Records drawn from a dataset:
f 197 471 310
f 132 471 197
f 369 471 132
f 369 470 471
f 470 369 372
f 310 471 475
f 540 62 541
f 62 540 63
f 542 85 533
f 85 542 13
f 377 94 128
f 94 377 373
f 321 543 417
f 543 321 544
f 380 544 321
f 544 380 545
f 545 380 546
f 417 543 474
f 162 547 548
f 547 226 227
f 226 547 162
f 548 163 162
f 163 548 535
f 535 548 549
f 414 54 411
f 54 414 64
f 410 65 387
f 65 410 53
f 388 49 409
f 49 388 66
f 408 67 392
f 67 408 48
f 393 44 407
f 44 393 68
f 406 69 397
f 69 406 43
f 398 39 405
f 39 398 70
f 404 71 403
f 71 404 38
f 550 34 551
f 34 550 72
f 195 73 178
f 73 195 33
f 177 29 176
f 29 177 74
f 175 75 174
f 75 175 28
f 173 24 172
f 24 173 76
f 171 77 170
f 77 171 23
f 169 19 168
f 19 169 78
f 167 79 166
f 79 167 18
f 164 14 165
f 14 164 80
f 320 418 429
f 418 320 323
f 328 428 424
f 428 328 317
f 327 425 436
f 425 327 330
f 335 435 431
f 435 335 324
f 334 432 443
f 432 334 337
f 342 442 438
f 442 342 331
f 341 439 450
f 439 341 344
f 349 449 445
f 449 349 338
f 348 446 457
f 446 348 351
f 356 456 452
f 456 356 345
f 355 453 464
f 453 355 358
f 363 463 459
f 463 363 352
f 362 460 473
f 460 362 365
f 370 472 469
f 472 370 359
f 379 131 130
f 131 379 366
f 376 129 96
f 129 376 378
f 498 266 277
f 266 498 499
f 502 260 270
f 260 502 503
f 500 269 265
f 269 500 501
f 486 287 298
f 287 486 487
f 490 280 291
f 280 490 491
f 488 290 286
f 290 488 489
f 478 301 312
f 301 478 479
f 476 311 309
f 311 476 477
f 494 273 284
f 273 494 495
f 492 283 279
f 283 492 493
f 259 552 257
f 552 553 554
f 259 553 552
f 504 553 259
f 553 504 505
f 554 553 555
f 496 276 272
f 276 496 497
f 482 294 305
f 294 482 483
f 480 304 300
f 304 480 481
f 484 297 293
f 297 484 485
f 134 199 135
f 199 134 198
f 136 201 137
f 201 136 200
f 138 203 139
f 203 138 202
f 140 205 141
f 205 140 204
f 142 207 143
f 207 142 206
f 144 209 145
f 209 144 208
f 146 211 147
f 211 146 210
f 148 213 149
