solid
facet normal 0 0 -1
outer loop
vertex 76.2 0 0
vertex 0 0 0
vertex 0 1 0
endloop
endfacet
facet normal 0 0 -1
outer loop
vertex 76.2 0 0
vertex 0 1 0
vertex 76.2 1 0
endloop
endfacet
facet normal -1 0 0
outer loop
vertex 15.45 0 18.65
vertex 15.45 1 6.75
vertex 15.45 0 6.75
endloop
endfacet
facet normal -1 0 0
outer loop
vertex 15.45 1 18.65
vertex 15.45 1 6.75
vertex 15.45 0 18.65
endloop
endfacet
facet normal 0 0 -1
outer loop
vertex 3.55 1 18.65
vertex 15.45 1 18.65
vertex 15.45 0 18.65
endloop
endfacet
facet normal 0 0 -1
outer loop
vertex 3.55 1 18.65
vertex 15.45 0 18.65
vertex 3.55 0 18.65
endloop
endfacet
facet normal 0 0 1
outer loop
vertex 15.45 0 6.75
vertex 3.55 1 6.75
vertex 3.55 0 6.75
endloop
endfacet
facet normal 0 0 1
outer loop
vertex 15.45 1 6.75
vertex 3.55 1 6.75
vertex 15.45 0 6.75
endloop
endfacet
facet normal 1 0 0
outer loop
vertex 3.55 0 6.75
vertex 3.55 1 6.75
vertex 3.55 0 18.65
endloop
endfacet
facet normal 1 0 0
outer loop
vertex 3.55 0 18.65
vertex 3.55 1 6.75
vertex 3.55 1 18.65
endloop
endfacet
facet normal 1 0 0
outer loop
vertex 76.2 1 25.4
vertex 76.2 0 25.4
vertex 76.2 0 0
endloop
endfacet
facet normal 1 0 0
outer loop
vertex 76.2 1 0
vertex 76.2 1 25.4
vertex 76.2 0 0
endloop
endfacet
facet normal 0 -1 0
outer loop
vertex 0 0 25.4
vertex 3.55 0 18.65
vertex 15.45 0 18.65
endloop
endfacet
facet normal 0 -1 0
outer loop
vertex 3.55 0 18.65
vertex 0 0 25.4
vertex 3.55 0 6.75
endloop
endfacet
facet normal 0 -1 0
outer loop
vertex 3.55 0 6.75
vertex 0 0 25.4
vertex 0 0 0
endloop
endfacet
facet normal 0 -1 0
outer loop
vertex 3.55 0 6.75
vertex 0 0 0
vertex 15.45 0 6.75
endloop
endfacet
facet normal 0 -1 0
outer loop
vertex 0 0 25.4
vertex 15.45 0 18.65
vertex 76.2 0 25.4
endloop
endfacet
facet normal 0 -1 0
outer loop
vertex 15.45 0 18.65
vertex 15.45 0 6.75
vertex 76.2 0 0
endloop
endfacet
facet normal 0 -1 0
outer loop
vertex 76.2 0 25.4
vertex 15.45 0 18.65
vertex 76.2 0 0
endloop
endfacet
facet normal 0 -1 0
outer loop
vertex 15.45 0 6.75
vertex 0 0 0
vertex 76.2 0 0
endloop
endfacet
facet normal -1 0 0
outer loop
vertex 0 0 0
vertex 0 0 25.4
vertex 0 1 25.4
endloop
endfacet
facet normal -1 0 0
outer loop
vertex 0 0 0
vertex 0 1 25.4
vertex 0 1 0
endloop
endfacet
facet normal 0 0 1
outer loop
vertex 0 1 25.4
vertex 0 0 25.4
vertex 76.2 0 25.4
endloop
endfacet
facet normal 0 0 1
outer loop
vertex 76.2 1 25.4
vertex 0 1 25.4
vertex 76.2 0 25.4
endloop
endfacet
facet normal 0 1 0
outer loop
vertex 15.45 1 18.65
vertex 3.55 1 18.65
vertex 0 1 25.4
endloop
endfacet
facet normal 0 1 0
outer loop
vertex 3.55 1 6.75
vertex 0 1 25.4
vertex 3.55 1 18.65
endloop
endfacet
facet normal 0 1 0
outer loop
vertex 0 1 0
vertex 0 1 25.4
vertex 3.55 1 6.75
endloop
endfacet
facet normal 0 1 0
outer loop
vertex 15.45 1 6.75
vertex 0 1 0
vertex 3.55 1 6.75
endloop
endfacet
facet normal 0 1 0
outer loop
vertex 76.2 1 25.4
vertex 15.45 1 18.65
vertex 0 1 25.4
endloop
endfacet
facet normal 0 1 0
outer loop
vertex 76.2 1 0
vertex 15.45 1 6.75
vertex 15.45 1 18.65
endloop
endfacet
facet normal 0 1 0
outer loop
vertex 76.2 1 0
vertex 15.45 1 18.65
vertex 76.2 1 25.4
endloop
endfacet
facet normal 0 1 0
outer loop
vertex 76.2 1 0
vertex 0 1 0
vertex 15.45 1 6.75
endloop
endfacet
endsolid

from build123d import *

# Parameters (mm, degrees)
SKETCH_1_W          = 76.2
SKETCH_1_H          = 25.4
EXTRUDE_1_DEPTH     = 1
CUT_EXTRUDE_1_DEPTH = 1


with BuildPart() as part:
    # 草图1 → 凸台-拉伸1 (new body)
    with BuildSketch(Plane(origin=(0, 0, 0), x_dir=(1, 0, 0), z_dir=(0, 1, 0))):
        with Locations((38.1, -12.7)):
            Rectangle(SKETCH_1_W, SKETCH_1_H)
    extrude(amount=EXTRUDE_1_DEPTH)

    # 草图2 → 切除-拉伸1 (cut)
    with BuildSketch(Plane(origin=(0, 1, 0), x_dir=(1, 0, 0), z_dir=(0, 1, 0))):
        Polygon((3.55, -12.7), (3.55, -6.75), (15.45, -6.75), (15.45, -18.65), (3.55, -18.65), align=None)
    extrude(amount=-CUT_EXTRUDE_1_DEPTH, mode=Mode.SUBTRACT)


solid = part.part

---

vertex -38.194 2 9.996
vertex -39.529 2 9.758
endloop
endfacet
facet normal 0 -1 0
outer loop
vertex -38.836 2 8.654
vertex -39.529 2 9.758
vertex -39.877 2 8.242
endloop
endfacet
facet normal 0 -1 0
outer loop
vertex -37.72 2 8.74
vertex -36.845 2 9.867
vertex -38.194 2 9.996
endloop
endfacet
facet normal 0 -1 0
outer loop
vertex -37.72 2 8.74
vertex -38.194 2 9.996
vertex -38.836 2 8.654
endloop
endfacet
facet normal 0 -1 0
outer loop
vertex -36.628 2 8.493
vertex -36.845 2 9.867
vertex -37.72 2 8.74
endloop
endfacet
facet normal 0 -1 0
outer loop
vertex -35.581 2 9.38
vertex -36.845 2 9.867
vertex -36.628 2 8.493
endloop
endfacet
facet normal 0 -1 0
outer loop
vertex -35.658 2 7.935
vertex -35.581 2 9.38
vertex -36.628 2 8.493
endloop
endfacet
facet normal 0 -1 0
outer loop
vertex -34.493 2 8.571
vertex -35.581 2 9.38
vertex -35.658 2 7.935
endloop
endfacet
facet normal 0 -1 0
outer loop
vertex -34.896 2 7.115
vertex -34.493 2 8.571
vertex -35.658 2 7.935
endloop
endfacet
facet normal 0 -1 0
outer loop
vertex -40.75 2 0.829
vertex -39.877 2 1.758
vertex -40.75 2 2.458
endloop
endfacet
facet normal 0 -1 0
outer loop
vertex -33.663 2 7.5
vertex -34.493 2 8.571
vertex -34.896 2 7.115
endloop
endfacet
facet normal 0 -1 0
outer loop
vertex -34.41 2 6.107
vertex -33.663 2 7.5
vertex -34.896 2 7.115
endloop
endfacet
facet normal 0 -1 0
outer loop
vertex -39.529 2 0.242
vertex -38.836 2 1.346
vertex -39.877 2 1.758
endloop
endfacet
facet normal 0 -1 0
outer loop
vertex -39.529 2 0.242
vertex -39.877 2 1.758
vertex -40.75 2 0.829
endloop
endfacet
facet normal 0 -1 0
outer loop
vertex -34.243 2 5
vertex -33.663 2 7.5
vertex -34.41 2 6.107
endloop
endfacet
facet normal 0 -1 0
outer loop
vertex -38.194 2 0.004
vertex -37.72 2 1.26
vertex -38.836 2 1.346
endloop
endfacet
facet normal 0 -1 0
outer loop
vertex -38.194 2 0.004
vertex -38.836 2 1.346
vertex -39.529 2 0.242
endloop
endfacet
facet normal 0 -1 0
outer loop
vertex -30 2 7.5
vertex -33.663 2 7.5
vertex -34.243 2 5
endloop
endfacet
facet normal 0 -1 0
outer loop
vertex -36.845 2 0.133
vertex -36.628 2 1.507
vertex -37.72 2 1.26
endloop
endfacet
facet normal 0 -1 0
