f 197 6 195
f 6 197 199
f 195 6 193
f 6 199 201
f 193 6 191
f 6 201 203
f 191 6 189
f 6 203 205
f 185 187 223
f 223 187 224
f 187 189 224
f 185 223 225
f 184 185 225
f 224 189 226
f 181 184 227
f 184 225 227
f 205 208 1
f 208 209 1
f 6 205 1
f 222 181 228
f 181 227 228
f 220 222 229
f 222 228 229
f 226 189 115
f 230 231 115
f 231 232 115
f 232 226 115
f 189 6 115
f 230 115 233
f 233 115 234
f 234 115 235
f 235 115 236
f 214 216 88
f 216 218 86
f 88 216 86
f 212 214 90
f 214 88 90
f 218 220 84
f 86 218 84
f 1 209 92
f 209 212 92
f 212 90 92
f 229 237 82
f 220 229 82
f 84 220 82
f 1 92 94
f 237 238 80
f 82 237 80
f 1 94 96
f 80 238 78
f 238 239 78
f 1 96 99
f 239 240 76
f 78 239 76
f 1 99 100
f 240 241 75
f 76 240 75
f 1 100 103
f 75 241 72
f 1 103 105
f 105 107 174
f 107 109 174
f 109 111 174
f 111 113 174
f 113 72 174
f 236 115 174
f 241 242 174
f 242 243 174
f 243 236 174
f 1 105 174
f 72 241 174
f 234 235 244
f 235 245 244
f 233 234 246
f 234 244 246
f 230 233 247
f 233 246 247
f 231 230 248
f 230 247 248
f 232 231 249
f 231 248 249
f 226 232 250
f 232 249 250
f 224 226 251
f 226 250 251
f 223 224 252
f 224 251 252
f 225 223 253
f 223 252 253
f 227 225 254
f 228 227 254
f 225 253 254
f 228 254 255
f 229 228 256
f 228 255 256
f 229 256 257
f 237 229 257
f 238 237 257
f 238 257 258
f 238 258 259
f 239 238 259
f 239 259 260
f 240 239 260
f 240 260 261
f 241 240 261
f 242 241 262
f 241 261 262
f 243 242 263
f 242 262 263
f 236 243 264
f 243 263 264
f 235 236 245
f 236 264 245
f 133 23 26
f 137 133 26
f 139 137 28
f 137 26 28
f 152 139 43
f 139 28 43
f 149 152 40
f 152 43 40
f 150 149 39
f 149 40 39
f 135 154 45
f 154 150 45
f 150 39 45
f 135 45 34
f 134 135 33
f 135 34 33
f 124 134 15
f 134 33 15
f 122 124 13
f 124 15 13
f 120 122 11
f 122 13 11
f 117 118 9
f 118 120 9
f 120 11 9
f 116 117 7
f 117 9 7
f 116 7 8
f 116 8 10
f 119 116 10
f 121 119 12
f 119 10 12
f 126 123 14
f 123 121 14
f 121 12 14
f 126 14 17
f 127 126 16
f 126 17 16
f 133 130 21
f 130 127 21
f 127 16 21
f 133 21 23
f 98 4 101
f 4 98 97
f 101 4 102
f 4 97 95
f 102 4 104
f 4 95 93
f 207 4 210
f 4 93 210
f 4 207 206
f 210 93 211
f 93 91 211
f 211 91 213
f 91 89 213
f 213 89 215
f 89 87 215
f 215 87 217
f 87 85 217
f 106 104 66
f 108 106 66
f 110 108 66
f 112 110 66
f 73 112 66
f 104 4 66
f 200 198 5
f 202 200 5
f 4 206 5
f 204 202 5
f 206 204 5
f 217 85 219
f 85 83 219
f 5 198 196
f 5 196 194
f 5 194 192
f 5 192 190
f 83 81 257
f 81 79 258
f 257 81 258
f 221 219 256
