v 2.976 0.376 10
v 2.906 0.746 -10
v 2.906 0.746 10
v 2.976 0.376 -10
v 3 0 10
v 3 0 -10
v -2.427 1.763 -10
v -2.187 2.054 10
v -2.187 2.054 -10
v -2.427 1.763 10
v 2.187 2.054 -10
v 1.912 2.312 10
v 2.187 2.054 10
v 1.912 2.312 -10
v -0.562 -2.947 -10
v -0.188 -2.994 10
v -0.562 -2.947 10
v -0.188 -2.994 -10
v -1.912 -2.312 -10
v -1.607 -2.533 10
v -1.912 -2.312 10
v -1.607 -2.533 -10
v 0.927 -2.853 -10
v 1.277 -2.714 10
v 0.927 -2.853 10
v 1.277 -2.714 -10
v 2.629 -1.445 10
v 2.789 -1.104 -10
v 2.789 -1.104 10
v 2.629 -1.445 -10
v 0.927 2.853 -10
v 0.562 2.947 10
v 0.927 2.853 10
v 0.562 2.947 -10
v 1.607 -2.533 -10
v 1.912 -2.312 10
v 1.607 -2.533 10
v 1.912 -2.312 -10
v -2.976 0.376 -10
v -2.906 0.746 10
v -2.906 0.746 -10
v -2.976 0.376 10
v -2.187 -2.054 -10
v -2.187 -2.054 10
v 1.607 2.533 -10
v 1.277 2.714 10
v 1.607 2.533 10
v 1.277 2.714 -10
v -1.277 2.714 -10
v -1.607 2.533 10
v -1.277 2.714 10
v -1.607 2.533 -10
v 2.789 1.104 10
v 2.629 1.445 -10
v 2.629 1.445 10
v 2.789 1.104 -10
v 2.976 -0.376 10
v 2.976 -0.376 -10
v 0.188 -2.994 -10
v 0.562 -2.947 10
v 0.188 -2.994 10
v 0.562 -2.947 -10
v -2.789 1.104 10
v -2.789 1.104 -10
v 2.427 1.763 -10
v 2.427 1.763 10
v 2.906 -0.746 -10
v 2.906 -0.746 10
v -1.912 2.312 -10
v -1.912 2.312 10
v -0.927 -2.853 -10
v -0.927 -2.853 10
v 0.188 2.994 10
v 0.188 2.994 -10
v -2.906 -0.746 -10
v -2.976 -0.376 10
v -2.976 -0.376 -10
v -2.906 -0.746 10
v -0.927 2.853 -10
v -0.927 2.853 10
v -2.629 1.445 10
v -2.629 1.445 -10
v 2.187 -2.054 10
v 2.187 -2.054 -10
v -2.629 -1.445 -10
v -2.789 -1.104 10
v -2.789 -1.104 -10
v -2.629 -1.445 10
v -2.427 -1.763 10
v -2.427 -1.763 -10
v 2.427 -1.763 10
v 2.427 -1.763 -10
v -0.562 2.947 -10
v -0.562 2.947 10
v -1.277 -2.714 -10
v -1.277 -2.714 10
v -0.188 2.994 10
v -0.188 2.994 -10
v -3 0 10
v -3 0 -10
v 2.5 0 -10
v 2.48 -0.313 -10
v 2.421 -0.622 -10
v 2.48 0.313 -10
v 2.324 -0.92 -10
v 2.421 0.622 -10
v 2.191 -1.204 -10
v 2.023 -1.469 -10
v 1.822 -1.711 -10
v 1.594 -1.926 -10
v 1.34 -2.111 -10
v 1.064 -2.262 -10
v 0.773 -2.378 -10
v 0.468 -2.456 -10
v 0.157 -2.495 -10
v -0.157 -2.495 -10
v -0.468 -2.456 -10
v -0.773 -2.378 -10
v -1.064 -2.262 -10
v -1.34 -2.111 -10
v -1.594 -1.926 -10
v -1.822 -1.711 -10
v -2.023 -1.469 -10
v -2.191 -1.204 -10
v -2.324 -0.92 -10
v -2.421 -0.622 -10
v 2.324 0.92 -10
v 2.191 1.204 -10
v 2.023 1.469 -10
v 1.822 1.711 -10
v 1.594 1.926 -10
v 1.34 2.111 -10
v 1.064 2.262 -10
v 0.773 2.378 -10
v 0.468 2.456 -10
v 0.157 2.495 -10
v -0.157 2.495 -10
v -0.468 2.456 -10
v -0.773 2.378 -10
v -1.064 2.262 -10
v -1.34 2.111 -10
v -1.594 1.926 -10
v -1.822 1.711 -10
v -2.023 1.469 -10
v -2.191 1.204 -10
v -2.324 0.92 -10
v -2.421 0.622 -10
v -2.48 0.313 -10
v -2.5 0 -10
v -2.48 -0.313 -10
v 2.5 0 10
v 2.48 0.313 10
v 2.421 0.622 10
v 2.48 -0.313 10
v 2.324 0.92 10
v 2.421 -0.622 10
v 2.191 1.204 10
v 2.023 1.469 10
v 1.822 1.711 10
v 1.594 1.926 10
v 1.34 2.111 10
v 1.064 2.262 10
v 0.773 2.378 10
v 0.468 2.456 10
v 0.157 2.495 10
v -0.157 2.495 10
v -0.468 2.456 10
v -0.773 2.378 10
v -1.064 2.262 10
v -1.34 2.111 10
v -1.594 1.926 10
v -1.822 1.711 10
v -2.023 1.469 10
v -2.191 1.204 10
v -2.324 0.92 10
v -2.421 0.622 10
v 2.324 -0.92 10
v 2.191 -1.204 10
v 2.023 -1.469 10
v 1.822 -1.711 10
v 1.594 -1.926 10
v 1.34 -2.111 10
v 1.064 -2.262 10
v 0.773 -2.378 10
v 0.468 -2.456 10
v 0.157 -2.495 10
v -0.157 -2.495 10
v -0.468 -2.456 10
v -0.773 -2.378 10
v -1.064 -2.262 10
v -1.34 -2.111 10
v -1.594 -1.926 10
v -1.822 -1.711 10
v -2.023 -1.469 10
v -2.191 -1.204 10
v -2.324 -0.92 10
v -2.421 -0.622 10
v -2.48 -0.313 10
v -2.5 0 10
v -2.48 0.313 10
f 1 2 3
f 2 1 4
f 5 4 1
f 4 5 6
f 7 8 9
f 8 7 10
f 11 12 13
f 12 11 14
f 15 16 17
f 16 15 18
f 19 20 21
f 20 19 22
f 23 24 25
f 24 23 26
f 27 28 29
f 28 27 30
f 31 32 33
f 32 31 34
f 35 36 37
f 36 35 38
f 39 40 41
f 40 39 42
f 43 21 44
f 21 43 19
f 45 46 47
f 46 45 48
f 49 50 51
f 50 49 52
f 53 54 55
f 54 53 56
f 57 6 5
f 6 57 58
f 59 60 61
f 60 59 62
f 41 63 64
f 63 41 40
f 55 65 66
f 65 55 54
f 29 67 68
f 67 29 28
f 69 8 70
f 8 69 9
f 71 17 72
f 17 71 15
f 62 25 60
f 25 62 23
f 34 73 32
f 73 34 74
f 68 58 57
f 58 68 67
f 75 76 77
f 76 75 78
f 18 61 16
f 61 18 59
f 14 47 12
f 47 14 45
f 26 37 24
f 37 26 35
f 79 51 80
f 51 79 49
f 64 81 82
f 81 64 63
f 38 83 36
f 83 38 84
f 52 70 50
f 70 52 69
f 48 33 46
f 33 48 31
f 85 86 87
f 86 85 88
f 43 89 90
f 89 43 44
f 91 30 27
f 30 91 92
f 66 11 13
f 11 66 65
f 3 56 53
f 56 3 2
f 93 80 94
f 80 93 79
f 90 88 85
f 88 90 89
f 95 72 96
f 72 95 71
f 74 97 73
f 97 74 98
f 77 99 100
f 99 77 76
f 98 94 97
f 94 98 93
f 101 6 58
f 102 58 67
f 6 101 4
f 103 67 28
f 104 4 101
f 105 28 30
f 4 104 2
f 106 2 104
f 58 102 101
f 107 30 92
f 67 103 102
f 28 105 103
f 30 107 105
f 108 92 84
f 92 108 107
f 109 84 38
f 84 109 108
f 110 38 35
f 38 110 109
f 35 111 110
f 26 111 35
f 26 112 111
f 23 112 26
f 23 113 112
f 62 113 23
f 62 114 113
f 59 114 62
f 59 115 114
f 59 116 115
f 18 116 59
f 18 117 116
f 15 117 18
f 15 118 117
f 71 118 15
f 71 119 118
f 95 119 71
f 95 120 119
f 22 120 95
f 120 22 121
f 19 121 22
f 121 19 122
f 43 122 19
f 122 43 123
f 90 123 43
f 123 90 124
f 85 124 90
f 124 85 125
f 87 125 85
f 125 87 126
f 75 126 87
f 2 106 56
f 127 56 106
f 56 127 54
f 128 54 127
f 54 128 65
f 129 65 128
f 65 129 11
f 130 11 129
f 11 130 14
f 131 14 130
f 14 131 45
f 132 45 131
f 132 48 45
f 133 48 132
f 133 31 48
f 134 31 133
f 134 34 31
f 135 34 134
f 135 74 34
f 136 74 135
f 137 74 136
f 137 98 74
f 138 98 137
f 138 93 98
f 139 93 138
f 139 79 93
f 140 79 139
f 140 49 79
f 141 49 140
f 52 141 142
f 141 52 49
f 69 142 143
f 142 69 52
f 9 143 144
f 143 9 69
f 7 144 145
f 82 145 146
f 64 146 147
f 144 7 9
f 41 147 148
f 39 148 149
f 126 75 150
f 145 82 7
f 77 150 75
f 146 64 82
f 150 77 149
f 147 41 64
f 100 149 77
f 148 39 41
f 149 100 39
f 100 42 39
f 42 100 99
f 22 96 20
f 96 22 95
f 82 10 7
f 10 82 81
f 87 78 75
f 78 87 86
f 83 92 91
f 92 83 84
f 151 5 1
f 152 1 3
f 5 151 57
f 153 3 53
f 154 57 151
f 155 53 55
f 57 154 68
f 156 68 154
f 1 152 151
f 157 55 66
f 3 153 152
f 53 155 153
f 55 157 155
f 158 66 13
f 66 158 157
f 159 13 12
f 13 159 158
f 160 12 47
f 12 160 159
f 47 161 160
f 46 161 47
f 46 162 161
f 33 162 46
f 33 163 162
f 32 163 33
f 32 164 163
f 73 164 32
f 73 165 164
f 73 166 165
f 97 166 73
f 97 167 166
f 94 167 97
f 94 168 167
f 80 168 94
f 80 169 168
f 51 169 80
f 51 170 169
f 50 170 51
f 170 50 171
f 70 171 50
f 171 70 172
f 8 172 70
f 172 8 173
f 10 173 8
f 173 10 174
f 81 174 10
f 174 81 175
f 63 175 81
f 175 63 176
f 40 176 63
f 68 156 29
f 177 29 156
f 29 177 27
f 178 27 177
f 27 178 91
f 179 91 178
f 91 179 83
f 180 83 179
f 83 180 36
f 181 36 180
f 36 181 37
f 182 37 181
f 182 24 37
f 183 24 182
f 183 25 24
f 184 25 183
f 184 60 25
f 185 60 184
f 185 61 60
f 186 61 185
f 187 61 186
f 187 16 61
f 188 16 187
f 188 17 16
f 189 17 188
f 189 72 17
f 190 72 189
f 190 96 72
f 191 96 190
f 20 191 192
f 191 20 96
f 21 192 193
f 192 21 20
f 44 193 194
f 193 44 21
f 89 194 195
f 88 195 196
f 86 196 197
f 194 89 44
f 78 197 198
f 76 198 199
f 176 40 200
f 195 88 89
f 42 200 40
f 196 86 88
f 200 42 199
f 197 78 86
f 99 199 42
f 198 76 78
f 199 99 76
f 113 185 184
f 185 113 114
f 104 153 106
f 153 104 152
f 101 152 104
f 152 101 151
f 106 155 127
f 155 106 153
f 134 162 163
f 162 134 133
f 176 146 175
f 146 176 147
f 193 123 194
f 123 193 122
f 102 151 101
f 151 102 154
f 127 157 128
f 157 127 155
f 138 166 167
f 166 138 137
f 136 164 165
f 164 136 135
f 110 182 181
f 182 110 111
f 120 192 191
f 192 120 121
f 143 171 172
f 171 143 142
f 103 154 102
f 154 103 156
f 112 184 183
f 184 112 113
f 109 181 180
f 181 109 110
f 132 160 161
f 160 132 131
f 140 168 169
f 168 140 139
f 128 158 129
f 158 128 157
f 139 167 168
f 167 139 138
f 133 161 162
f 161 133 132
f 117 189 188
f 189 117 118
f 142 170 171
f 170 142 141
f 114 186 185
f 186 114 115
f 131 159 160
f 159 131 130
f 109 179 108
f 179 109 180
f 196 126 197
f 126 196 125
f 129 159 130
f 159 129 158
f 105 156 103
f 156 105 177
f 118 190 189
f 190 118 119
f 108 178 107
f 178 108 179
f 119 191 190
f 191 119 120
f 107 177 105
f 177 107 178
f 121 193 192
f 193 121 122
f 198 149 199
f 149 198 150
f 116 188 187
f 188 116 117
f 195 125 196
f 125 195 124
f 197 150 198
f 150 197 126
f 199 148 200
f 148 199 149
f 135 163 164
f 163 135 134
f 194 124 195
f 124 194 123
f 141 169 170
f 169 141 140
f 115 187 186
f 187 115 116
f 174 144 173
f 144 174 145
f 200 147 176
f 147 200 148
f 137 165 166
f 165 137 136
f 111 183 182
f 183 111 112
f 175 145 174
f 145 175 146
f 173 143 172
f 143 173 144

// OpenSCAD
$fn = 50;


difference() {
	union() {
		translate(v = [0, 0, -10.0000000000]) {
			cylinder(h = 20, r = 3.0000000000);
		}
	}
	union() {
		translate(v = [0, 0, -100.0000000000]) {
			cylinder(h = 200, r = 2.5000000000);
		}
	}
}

- WORK TO BE COMPLETED:
Looking at the entries above, can you reproduce exactly the lines from the one that holds "v 2.023 -1.469 -10" through the one that holds "v 2.324 0.92 10", and only those?

- RESPONSE TO THIS TASK:
v 2.023 -1.469 -10
v 1.822 -1.711 -10
v 1.594 -1.926 -10
v 1.34 -2.111 -10
v 1.064 -2.262 -10
v 0.773 -2.378 -10
v 0.468 -2.456 -10
v 0.157 -2.495 -10
v -0.157 -2.495 -10
v -0.468 -2.456 -10
v -0.773 -2.378 -10
v -1.064 -2.262 -10
v -1.34 -2.111 -10
v -1.594 -1.926 -10
v -1.822 -1.711 -10
v -2.023 -1.469 -10
v -2.191 -1.204 -10
v -2.324 -0.92 -10
v -2.421 -0.622 -10
v 2.324 0.92 -10
v 2.191 1.204 -10
v 2.023 1.469 -10
v 1.822 1.711 -10
v 1.594 1.926 -10
v 1.34 2.111 -10
v 1.064 2.262 -10
v 0.773 2.378 -10
v 0.468 2.456 -10
v 0.157 2.495 -10
v -0.157 2.495 -10
v -0.468 2.456 -10
v -0.773 2.378 -10
v -1.064 2.262 -10
v -1.34 2.111 -10
v -1.594 1.926 -10
v -1.822 1.711 -10
v -2.023 1.469 -10
v -2.191 1.204 -10
v -2.324 0.92 -10
v -2.421 0.622 -10
v -2.48 0.313 -10
v -2.5 0 -10
v -2.48 -0.313 -10
v 2.5 0 10
v 2.48 0.313 10
v 2.421 0.622 10
v 2.48 -0.313 10
v 2.324 0.92 10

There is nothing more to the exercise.